▸ **What the task asks**: Restate the data that follows exactly as it stands, beginning with the first line and ending with the line that contains "#4=PRODUCT_DEFINITION_FORMATION('','',#3);".

Stored data:
────────────────────────────────────────

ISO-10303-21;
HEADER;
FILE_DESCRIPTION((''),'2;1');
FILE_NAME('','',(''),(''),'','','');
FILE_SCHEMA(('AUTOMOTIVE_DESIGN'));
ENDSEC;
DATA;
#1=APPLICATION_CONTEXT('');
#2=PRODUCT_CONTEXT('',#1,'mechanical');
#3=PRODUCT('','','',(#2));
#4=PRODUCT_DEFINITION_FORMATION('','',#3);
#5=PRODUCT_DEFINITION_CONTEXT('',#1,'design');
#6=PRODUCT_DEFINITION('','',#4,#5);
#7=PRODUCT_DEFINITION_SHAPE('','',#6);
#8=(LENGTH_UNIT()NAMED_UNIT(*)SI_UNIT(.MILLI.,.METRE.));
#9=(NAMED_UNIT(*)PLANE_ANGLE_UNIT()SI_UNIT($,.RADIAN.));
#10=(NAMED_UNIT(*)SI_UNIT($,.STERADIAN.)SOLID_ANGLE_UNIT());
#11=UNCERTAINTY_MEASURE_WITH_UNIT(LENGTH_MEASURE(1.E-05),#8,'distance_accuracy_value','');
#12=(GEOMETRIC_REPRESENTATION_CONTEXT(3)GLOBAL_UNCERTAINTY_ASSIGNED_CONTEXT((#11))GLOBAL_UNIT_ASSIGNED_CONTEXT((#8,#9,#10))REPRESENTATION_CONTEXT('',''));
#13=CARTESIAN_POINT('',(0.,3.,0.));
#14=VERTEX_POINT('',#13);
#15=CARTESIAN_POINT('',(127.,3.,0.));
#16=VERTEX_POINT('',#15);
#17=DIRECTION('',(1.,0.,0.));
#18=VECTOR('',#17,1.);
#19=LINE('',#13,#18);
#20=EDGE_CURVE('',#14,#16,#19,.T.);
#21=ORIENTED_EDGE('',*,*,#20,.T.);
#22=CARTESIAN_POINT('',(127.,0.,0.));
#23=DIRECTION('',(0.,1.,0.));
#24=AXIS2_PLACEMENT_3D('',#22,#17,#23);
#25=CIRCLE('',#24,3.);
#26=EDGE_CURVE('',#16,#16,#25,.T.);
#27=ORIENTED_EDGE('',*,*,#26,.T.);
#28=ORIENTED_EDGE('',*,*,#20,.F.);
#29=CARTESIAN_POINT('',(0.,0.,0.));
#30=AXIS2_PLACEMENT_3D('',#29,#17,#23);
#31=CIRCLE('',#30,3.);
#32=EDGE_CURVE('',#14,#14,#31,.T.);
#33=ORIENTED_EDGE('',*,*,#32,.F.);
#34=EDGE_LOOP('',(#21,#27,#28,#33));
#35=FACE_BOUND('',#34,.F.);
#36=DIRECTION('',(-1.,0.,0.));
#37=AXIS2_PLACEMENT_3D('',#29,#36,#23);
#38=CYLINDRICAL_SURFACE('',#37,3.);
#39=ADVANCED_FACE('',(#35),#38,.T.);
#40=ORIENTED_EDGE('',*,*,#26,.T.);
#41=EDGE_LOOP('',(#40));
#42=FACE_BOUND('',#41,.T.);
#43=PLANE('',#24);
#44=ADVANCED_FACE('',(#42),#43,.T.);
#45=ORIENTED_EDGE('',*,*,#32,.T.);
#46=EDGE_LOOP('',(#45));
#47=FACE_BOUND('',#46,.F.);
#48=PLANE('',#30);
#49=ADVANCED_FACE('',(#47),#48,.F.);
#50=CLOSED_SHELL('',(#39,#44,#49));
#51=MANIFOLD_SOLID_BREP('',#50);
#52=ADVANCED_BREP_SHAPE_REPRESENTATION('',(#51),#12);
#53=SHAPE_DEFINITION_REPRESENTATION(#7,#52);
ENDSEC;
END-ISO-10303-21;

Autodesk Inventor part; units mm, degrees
ref_plane "YZ Plane" through (0, 0, 0) normal (1, 0, 0) x (0, 1, 0)
ref_plane "XZ Plane" through (0, 0, 0) normal (0, 1, 0) x (-1, 0, 0)
ref_plane "XY Plane" through (0, 0, 0) normal (0, 0, 1) x (1, 0, 0)
sketch "Эскиз1" plane through (0, 0, 0) normal (1, 0, 0) x (0, 1, 0)
  circle A0 centre (0, 0) radius 3
  dimension "d0" = 6
extrude "Выдавливание1" add sketch "Эскиз1" along normal blind 127
properties part number "вал сортировка"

────────────────────────────────────────

▸ **Answer to this problem**:
ISO-10303-21;
HEADER;
FILE_DESCRIPTION((''),'2;1');
FILE_NAME('','',(''),(''),'','','');
FILE_SCHEMA(('AUTOMOTIVE_DESIGN'));
ENDSEC;
DATA;
#1=APPLICATION_CONTEXT('');
#2=PRODUCT_CONTEXT('',#1,'mechanical');
#3=PRODUCT('','','',(#2));
#4=PRODUCT_DEFINITION_FORMATION('','',#3);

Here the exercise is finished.